# Thread: how to compute set intersection efficiently?

1. ## how to compute set intersection efficiently?

Hello everyone,

I need to compute the intersection of two (or more) sets. I will use C or C++, but STL algorithms are not enabled to be used. I have Googled, but it seems that there are only union algorithms and no intersection algorithms.

It is not my homework, and it is my interest to improve the application I am working on now.

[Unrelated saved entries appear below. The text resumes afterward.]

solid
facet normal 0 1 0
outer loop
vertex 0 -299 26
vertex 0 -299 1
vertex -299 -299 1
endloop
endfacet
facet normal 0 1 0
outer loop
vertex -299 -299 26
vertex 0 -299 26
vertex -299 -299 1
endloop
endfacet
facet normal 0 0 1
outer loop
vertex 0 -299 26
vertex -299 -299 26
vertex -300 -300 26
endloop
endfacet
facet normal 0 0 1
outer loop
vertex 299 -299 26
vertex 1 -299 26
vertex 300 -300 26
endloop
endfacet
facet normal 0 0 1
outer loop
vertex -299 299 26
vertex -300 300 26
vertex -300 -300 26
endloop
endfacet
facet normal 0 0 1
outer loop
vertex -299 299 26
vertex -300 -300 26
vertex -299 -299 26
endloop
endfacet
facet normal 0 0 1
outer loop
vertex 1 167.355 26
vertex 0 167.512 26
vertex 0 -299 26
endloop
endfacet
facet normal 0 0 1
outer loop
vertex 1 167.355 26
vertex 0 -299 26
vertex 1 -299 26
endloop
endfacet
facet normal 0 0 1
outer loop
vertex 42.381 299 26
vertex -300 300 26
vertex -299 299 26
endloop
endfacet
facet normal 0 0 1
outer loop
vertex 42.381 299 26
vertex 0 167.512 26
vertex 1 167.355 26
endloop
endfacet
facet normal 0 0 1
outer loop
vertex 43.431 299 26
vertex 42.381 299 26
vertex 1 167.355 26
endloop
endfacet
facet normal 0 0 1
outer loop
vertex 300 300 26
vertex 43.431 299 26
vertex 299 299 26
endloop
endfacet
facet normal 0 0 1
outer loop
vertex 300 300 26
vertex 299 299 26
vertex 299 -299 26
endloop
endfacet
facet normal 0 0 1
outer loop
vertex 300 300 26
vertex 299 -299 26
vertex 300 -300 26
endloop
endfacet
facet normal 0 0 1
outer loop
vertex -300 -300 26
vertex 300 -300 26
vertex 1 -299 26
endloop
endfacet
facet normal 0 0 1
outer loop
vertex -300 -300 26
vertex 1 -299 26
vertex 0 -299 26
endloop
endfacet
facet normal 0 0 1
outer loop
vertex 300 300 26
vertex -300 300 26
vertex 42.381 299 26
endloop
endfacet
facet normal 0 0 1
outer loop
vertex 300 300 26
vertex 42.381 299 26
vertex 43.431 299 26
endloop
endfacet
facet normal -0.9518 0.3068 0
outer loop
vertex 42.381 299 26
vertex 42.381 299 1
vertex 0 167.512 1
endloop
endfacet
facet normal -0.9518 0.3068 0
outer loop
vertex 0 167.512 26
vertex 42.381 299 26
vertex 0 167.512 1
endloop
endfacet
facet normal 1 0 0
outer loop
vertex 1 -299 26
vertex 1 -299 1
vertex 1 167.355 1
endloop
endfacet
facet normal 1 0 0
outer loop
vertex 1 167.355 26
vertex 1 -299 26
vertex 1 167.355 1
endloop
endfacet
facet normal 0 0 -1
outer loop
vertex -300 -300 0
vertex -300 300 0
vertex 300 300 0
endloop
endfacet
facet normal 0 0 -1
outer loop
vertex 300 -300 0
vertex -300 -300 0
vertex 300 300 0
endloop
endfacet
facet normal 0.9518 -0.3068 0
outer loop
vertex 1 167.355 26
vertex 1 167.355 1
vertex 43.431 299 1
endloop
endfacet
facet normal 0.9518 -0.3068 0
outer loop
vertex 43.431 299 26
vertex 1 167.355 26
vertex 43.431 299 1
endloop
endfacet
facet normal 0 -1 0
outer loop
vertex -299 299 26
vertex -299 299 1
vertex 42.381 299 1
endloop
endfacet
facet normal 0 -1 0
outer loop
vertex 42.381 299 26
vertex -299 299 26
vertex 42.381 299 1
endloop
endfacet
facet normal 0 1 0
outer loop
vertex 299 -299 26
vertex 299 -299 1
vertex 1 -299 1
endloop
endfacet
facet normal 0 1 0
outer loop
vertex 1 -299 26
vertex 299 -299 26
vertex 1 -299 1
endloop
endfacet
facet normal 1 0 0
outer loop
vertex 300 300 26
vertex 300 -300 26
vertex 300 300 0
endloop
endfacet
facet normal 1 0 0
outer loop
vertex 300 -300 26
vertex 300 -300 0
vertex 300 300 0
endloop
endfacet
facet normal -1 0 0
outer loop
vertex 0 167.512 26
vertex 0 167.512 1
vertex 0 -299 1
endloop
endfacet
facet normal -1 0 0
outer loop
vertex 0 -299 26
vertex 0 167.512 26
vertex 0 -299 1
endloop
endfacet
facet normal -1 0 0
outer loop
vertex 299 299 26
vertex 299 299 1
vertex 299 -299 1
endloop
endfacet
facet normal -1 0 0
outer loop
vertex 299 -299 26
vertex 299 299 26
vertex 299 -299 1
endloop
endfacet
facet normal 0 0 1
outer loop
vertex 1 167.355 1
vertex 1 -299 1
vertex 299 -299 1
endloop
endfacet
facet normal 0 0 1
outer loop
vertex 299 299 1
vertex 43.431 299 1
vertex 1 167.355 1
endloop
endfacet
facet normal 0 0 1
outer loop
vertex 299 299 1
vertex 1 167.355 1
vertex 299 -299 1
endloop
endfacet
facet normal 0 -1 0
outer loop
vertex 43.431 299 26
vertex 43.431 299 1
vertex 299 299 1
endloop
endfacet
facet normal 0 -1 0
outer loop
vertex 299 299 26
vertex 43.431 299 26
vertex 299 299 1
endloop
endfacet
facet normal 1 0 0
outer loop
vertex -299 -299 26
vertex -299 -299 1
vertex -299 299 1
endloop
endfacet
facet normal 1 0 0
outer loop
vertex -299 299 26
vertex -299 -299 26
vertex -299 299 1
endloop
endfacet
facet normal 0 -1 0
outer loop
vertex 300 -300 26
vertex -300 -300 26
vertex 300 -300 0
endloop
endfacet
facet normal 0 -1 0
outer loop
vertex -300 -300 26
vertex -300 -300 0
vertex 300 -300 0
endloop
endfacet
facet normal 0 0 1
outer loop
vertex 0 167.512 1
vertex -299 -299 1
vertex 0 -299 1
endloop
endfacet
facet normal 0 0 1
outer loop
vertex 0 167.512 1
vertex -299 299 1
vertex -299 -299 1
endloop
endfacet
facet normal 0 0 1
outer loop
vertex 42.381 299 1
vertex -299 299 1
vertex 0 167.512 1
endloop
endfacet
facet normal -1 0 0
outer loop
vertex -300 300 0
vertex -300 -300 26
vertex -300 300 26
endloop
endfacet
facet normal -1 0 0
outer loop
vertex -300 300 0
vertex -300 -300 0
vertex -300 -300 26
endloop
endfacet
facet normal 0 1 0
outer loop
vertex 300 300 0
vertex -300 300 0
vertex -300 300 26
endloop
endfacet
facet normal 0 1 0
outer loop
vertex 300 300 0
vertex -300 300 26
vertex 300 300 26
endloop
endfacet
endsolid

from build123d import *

# Parameters (mm, degrees)
F0_W     = 600
F0_H     = 600
F1_DEPTH = 1
F2_W     = 600
F2_H     = 600
F3_DEPTH = 25


with BuildPart() as f1:
    # F0 (on Top) → F1 (new body)
    with BuildSketch(Plane.XY):
        Rectangle(F0_W, F0_H)
    extrude(amount=F1_DEPTH)

    # F2 (on face) → F3 (join)
    with BuildSketch(Plane.XY.offset(1)):
        Rectangle(F2_W, F2_H)
        Polygon((-299, -299), (-299, 299), (42.380814, 299), (0, 167.511806), (0, -299), align=None, mode=Mode.SUBTRACT)
        Polygon((43.431474, 299), (299, 299), (299, -299), (1, -299), (1, 167.354629), align=None, mode=Mode.SUBTRACT)
    extrude(amount=F3_DEPTH)


solid = f1.part
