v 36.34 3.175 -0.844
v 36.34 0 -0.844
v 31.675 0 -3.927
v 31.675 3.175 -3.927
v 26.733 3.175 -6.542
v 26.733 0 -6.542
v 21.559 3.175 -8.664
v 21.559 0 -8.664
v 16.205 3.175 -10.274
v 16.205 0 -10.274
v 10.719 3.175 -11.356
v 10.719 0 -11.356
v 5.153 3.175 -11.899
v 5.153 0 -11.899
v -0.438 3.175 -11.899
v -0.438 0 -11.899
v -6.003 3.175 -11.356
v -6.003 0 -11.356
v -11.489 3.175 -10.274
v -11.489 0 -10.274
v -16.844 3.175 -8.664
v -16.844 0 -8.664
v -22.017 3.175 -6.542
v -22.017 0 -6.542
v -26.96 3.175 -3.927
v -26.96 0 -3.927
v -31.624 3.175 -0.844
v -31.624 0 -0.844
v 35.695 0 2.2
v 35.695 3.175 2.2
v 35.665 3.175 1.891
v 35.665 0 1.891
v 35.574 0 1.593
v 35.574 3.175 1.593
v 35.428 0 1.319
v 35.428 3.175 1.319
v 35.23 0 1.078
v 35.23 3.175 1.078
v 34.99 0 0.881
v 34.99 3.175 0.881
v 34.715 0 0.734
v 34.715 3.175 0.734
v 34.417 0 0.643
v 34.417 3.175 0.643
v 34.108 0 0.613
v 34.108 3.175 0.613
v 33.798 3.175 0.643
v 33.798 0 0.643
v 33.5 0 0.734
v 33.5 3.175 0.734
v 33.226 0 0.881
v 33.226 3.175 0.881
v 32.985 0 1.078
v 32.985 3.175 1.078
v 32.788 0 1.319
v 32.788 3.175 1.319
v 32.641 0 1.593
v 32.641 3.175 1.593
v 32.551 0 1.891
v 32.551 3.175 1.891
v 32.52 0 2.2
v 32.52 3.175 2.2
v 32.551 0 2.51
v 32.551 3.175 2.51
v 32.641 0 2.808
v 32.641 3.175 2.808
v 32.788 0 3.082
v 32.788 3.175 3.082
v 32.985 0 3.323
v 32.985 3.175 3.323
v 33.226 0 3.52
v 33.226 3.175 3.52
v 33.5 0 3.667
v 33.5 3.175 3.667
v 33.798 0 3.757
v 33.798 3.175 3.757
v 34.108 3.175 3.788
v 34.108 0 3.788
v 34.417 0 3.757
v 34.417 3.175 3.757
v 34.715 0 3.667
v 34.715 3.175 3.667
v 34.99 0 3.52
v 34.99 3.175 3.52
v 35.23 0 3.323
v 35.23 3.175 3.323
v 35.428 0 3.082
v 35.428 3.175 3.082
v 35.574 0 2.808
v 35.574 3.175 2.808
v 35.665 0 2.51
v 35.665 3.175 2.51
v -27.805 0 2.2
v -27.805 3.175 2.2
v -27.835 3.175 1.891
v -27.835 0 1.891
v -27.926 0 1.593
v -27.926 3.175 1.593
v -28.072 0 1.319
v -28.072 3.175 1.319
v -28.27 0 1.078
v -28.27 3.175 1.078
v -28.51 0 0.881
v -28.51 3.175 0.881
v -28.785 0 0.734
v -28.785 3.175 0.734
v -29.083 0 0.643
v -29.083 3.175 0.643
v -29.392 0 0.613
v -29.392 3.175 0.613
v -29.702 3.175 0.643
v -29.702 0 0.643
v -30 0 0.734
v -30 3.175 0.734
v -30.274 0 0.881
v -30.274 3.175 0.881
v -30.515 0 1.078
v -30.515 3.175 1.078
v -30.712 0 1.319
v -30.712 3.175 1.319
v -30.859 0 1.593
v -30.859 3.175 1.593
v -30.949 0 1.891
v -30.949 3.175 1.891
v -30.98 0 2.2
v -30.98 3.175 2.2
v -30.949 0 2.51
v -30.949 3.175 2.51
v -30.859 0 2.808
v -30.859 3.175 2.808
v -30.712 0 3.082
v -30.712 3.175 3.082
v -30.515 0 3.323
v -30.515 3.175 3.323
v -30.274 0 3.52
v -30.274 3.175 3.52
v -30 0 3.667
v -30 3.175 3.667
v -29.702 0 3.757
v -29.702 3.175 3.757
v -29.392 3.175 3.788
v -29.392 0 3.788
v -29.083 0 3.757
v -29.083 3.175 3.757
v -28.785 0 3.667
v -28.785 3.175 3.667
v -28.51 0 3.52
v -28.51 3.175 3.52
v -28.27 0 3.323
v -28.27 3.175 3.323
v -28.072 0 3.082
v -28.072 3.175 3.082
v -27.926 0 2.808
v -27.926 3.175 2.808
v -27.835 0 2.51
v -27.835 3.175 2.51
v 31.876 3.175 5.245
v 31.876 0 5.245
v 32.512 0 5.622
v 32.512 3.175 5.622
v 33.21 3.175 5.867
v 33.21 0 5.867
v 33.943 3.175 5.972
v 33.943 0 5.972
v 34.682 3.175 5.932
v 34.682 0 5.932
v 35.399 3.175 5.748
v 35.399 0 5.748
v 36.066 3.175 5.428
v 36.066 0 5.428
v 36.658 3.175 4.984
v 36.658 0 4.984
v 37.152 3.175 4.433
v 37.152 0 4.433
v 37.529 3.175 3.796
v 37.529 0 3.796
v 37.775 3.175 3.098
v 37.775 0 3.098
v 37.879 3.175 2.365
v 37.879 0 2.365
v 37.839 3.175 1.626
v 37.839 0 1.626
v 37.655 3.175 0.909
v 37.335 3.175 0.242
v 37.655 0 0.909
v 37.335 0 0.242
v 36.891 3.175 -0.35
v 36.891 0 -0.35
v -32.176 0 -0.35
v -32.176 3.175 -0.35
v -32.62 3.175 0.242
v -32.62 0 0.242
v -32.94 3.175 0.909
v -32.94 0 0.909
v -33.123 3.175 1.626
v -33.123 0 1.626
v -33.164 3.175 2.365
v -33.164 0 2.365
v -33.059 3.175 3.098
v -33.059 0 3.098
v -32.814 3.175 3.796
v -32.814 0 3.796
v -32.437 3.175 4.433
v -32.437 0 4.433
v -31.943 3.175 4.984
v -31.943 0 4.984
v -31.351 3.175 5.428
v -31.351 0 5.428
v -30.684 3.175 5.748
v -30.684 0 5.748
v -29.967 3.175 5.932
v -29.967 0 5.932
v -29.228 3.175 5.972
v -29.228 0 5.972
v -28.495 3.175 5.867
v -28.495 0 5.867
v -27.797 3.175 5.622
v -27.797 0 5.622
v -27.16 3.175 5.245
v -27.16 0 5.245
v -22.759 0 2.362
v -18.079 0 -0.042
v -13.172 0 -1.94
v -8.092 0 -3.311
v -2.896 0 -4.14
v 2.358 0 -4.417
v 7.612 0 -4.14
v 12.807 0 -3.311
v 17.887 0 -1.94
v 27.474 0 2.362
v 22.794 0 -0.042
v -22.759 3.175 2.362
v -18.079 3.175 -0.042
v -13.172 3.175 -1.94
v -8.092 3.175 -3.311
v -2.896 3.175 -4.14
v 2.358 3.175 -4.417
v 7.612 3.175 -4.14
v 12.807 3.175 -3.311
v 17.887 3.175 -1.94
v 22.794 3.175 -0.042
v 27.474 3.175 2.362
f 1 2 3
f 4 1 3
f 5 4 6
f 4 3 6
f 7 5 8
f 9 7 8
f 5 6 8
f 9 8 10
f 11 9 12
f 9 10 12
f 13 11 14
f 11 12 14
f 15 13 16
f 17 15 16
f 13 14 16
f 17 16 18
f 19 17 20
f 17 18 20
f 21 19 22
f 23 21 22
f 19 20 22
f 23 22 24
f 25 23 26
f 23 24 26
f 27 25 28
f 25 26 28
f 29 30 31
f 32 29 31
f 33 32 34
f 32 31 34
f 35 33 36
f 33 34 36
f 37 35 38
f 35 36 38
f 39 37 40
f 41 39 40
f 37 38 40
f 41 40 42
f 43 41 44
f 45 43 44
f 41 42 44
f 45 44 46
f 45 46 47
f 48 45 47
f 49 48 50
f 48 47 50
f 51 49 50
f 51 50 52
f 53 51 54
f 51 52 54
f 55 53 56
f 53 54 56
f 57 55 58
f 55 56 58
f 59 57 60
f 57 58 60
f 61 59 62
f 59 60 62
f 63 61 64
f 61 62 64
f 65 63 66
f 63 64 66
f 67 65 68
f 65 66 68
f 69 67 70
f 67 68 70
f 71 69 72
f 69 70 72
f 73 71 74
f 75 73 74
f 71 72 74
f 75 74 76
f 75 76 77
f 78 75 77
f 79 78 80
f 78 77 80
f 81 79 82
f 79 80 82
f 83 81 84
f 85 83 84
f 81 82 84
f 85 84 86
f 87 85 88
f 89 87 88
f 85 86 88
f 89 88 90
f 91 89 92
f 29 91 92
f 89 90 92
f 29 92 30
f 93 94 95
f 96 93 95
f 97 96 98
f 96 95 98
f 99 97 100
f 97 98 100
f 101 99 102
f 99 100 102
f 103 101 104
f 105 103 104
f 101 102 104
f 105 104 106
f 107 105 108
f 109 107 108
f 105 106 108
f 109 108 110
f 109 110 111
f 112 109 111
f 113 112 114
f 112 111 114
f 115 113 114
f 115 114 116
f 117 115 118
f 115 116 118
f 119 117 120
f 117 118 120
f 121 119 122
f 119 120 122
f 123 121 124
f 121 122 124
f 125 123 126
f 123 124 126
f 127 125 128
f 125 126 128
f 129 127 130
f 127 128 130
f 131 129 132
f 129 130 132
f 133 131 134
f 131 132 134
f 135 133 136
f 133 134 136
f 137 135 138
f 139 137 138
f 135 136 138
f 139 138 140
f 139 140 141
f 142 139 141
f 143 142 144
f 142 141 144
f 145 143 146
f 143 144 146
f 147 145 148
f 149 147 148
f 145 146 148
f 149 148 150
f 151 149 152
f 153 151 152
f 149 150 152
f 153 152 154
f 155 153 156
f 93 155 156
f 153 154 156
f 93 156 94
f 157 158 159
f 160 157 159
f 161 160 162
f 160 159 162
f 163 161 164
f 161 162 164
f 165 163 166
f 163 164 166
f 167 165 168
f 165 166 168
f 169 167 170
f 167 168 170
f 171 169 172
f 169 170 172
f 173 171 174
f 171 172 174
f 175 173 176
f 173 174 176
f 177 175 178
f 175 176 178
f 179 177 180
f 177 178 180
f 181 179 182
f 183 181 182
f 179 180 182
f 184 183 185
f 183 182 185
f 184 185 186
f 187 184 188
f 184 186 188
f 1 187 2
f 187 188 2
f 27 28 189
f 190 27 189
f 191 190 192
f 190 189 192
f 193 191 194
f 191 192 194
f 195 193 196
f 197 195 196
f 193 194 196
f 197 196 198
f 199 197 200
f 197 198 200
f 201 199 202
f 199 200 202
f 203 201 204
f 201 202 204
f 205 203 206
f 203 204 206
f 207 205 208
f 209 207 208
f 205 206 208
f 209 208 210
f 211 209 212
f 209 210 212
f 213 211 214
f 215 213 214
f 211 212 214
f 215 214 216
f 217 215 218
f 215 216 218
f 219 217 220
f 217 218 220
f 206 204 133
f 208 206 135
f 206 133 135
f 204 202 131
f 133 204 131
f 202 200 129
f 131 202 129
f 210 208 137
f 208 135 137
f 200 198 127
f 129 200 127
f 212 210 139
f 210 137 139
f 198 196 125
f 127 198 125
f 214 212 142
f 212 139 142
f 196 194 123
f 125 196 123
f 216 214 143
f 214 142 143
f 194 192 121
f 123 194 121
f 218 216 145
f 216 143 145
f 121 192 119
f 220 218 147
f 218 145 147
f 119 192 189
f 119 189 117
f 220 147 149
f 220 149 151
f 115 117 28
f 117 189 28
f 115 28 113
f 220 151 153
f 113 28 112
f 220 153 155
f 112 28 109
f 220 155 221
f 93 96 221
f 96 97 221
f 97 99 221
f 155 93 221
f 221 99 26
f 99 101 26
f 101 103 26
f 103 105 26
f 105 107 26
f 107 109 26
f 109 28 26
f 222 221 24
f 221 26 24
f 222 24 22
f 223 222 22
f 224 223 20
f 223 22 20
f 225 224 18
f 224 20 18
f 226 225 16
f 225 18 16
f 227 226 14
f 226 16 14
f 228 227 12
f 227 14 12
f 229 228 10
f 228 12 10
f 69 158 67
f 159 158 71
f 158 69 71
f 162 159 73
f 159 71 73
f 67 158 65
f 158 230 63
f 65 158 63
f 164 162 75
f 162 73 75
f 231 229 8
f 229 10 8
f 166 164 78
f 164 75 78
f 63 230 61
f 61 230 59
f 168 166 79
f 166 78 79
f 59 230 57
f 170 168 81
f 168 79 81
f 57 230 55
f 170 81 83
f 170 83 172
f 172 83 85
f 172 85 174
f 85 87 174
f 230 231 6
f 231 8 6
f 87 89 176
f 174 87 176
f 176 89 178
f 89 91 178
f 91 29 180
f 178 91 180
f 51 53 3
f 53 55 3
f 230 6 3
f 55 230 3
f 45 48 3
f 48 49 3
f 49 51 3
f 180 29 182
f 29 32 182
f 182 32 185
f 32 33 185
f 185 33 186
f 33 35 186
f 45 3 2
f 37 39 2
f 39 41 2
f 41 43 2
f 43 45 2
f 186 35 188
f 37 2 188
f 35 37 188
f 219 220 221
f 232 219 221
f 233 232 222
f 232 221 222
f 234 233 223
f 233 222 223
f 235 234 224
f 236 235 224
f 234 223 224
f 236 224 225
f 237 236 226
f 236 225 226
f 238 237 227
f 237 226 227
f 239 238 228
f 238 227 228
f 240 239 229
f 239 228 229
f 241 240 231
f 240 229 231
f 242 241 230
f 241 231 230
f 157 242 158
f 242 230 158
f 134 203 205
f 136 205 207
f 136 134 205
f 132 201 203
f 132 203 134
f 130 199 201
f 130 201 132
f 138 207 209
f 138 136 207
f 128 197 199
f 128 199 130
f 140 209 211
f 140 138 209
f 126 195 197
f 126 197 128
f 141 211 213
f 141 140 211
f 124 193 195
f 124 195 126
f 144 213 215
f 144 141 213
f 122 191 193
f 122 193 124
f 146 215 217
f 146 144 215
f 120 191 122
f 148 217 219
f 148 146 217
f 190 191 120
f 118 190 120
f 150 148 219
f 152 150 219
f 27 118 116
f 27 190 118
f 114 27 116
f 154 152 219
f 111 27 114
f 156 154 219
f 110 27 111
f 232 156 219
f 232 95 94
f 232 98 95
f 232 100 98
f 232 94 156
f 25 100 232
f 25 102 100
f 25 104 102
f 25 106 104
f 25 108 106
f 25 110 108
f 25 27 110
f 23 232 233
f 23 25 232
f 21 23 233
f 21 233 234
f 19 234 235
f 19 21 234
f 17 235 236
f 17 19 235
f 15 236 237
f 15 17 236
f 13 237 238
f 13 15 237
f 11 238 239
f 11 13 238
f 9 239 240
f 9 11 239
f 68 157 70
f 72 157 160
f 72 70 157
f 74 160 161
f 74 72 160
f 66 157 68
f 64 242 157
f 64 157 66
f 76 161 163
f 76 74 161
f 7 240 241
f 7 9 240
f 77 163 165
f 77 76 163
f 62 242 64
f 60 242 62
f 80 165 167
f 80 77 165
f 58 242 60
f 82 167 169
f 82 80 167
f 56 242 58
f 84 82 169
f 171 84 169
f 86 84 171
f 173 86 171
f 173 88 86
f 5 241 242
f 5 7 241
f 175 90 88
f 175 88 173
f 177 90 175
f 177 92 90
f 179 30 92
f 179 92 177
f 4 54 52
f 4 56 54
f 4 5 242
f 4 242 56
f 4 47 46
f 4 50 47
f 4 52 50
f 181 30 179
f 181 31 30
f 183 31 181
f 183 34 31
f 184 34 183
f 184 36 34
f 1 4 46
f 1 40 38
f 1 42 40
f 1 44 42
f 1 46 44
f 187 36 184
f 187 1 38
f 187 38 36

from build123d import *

# Parameters (mm, degrees)
BOSS_EXTRUDE1_DEPTH = 3.175
SKETCH3_R           = 1.5875
CUT_EXTRUDE1_DEPTH  = 3.175


with BuildPart() as part:
    # Sketch2 → Boss-Extrude1 (new body)
    with BuildSketch(Plane(origin=(0, 0, 0), x_dir=(1, 0, 0), z_dir=(0, 1, 0))):
        with BuildLine():
            ThreePointArc((36.339836195, 0.843949489), (2.357673267, 11.966979488), (-31.62448966, 0.843949489))
            ThreePointArc((-31.62448966, 0.843949489), (-32.436771272, -4.432657977), (-27.160163805, -5.244939588))
            ThreePointArc((-27.160163805, -5.244939588), (2.357673267, 4.416828792), (31.87551034, -5.244939588))
            ThreePointArc((31.87551034, -5.244939588), (37.152117806, -4.432657977), (36.339836195, 0.843949489))
        make_face()
    extrude(amount=BOSS_EXTRUDE1_DEPTH)

    # Sketch3 → Cut-Extrude1 (cut)
    with BuildSketch(Plane(origin=(0, 3.175, 0), x_dir=(1, 0, 0), z_dir=(0, 1, 0))):
        with Locations((-29.392326733, -2.20049505)):
            Circle(SKETCH3_R)
        with Locations((34.107673267, -2.20049505)):
            Circle(SKETCH3_R)
    extrude(amount=-CUT_EXTRUDE1_DEPTH, mode=Mode.SUBTRACT)


solid = part.part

Does anyone have any reference materials or any ideas of how to design the intersection operation of sets efficiently.

George

2. Well if sets were bits, then

a & b is intersection
a | b is union

3. Hi Salem,

Originally Posted by Salem
Well if sets were bits, then

a & b is intersection
a | b is union
It is composed of integers. Any ideas?

regards,
George

4. > It is composed of integers. Any ideas?
How many integers
What range of integers

> how to design the intersection operation of sets efficiently.
Try not to engage in premature optimisation.
If your design and interfaces are clean, then rewriting bits of code AFTER you've done a profile run on the completed project will tell you what you really need to be concentrating on.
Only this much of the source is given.